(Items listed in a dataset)
'''
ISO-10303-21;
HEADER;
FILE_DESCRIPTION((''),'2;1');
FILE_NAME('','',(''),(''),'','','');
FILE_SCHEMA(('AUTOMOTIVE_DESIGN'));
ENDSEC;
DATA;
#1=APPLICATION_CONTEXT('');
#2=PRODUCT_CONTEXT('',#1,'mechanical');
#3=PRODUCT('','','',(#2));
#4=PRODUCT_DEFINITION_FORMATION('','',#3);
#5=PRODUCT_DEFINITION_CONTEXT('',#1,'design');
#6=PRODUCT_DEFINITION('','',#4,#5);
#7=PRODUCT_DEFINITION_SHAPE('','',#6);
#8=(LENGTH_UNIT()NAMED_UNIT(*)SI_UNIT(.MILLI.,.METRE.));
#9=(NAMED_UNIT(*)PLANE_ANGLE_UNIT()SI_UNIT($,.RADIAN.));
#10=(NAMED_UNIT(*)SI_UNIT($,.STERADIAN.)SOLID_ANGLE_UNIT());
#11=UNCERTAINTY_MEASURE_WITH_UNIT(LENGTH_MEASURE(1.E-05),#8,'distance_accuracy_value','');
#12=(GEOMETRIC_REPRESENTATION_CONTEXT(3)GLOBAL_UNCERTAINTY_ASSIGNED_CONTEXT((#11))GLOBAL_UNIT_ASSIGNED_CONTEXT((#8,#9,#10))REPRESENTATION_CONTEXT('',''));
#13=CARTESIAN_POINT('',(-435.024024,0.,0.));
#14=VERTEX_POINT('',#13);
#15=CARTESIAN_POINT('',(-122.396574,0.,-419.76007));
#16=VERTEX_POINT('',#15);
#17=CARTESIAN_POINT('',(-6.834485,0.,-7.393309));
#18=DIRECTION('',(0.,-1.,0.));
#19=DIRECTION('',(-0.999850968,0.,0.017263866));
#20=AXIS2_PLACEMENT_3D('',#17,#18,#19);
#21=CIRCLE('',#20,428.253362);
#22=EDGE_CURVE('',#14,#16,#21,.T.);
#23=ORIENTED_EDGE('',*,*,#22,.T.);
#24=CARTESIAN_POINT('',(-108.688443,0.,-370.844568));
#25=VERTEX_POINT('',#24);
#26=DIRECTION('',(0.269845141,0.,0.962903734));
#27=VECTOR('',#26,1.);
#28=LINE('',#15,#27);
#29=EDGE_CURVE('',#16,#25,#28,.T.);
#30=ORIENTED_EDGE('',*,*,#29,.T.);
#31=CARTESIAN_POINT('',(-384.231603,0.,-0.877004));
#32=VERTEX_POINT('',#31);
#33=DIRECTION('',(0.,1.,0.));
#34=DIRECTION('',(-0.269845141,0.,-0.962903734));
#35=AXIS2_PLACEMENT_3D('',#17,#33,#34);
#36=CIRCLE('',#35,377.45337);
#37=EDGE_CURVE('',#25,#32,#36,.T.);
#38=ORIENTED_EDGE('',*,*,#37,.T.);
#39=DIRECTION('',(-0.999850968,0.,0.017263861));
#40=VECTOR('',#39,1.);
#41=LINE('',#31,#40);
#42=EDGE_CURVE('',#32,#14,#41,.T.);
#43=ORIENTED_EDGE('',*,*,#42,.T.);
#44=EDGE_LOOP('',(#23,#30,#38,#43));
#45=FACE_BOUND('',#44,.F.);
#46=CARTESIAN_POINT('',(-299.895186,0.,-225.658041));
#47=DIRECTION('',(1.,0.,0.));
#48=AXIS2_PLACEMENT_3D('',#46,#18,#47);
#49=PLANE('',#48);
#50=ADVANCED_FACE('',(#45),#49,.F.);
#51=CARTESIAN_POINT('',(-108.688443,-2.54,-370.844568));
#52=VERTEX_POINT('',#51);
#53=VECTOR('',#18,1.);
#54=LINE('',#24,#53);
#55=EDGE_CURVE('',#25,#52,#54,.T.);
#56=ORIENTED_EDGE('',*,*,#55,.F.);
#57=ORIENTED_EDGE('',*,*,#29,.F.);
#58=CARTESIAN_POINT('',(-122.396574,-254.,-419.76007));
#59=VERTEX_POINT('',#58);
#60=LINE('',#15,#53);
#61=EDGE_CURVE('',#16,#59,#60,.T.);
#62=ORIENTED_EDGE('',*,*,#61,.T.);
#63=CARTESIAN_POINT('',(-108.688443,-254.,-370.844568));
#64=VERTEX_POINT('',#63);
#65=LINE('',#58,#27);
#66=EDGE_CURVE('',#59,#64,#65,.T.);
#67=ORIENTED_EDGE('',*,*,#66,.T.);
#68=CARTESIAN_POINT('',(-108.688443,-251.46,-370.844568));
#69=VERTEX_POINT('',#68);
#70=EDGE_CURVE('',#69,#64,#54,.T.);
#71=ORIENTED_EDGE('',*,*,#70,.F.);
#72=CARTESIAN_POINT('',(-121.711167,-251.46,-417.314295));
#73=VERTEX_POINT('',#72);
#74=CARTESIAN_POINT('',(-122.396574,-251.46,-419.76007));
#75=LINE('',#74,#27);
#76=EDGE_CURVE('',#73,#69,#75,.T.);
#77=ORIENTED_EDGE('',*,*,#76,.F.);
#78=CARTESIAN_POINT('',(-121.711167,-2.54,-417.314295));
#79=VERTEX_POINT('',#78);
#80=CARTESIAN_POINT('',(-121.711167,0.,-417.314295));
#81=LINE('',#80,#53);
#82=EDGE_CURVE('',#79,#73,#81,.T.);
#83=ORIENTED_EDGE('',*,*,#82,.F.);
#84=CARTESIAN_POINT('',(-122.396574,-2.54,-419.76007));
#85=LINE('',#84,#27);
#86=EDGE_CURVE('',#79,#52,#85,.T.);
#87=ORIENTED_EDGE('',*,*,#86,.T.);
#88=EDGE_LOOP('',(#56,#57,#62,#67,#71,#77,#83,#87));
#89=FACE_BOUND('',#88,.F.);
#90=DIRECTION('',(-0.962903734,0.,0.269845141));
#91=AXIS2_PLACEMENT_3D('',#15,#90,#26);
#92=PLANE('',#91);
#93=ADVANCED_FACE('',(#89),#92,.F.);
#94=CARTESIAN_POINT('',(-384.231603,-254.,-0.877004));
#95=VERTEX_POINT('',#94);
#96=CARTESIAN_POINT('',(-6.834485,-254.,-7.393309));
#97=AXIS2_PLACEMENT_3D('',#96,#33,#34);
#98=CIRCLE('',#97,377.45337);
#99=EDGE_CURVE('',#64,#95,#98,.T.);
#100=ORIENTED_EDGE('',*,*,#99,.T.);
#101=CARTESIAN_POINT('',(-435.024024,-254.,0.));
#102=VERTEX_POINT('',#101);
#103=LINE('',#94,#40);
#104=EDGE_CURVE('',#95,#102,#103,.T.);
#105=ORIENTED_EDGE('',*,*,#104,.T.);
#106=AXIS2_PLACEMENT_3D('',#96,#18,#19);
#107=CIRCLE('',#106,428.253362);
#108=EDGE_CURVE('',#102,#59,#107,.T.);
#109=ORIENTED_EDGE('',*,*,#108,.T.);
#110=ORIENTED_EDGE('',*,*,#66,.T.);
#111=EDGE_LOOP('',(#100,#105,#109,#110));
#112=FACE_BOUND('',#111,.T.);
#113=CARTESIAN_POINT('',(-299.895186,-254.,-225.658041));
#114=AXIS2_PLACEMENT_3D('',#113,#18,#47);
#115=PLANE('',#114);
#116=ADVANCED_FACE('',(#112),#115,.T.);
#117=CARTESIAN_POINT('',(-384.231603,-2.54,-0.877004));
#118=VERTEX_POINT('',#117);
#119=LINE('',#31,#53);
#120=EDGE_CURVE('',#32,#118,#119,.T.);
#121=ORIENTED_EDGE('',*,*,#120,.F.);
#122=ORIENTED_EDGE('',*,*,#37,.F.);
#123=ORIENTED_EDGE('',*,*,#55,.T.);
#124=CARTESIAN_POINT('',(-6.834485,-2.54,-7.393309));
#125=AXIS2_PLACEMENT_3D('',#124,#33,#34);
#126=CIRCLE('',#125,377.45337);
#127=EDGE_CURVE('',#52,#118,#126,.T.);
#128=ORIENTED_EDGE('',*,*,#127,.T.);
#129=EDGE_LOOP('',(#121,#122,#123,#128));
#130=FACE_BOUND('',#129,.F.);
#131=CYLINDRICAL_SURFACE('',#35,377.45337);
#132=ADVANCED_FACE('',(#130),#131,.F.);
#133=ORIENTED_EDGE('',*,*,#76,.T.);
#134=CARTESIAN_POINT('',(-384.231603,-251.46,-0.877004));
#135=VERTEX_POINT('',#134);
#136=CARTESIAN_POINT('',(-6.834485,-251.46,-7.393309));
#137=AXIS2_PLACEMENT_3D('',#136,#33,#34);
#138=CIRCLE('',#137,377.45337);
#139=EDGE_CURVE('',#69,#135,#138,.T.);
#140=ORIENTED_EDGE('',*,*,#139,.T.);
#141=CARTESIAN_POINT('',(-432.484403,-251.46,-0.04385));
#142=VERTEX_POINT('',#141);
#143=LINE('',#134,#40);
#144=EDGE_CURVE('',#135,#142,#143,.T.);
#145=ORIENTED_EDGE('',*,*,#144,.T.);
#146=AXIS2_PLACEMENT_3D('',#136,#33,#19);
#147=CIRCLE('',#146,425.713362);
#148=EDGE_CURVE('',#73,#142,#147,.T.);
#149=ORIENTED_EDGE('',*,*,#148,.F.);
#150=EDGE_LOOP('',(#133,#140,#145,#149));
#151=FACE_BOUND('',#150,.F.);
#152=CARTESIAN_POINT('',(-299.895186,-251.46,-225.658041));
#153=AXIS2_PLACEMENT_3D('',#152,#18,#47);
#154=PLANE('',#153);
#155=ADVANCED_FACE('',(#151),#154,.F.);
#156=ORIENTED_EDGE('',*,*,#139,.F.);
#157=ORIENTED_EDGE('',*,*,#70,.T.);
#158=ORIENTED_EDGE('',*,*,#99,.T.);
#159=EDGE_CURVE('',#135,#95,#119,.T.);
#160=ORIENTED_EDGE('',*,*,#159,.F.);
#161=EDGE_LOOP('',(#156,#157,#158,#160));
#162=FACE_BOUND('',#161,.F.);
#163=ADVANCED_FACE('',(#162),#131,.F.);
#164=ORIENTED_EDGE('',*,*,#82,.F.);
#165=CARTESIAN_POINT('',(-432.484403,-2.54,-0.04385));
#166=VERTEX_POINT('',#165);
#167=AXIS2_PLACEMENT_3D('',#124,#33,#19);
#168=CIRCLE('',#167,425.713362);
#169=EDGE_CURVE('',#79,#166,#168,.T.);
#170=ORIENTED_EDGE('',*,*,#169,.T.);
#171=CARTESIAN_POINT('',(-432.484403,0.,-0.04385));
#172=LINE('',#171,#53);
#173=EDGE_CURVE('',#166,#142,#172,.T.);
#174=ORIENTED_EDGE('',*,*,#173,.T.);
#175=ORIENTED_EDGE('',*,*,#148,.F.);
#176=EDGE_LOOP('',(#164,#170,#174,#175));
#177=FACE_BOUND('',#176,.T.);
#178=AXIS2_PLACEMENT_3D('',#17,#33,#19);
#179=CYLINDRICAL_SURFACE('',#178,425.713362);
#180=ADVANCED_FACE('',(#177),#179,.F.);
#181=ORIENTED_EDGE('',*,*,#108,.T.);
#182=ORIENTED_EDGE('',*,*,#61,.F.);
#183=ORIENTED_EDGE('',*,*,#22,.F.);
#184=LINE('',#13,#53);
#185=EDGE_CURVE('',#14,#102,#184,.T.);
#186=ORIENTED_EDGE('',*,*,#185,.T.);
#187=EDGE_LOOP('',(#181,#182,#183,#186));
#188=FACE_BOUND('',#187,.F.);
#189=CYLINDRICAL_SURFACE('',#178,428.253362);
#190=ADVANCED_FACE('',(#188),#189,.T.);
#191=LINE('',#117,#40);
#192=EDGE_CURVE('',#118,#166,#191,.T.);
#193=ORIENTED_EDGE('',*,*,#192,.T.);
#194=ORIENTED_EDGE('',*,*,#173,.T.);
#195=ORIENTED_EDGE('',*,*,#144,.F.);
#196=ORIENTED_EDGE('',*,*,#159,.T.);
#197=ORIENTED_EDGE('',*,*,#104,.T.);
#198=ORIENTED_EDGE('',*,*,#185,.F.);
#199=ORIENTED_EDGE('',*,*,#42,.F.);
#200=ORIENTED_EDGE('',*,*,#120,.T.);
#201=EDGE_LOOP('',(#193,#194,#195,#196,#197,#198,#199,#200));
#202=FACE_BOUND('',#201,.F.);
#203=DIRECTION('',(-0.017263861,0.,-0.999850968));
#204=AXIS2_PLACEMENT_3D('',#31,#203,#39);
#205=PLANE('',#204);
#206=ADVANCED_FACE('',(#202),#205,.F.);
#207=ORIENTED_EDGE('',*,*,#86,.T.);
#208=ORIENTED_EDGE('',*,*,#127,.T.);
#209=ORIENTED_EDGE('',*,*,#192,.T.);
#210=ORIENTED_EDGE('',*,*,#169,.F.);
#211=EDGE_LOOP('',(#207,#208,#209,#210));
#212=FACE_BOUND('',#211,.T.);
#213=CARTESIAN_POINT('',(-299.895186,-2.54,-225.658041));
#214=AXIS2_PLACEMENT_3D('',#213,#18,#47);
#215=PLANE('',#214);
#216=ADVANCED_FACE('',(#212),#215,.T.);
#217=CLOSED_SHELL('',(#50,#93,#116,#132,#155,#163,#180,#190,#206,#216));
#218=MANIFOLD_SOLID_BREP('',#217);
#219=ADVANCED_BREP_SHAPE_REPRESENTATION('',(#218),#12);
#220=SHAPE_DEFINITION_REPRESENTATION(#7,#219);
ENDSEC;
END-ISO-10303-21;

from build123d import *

# Parameters (mm, degrees)
F1_DEPTH = 254
F2_T     = -2.54


with BuildPart() as f1:
    # F0 (on Front) → F1 (new body)
    with BuildSketch(Plane.XZ):
        with BuildLine():
            Line((-384.231603, -0.877004), (-435.024024, 0))
            ThreePointArc((-435.024024, 0), (-350.2964, -263.195684), (-122.396574, -419.76007))
            Line((-122.396574, -419.76007), (-108.688443, -370.844568))
            ThreePointArc((-108.688443, -370.844568), (-309.554484, -232.852061), (-384.231603, -0.877004))
        make_face()
    extrude(amount=F1_DEPTH)

    # F2
    f2_openings = [f1.faces().sort_by_distance(p)[0] for p in [
        (-309.554484, -127, -232.852061),
        (-115.542508, -127, -395.302319),
        (-409.627814, -127, -0.438502),
    ]]
    offset(amount=F2_T, openings=f2_openings)


solid = f1.part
'''
### GOAL OF THE EXERCISE
From the records above, copy only the lines starting with the line that holds "#121=ORIENTED_EDGE('',*,*,#120,.F.);" and going on through the line that holds "#136=CARTESIAN_POINT('',(-6.834485,-251.46,-7.393309));", exactly as written.

### RESPONSE TO THIS TASK
#121=ORIENTED_EDGE('',*,*,#120,.F.);
#122=ORIENTED_EDGE('',*,*,#37,.F.);
#123=ORIENTED_EDGE('',*,*,#55,.T.);
#124=CARTESIAN_POINT('',(-6.834485,-2.54,-7.393309));
#125=AXIS2_PLACEMENT_3D('',#124,#33,#34);
#126=CIRCLE('',#125,377.45337);
#127=EDGE_CURVE('',#52,#118,#126,.T.);
#128=ORIENTED_EDGE('',*,*,#127,.T.);
#129=EDGE_LOOP('',(#121,#122,#123,#128));
#130=FACE_BOUND('',#129,.F.);
#131=CYLINDRICAL_SURFACE('',#35,377.45337);
#132=ADVANCED_FACE('',(#130),#131,.F.);
#133=ORIENTED_EDGE('',*,*,#76,.T.);
#134=CARTESIAN_POINT('',(-384.231603,-251.46,-0.877004));
#135=VERTEX_POINT('',#134);
#136=CARTESIAN_POINT('',(-6.834485,-251.46,-7.393309));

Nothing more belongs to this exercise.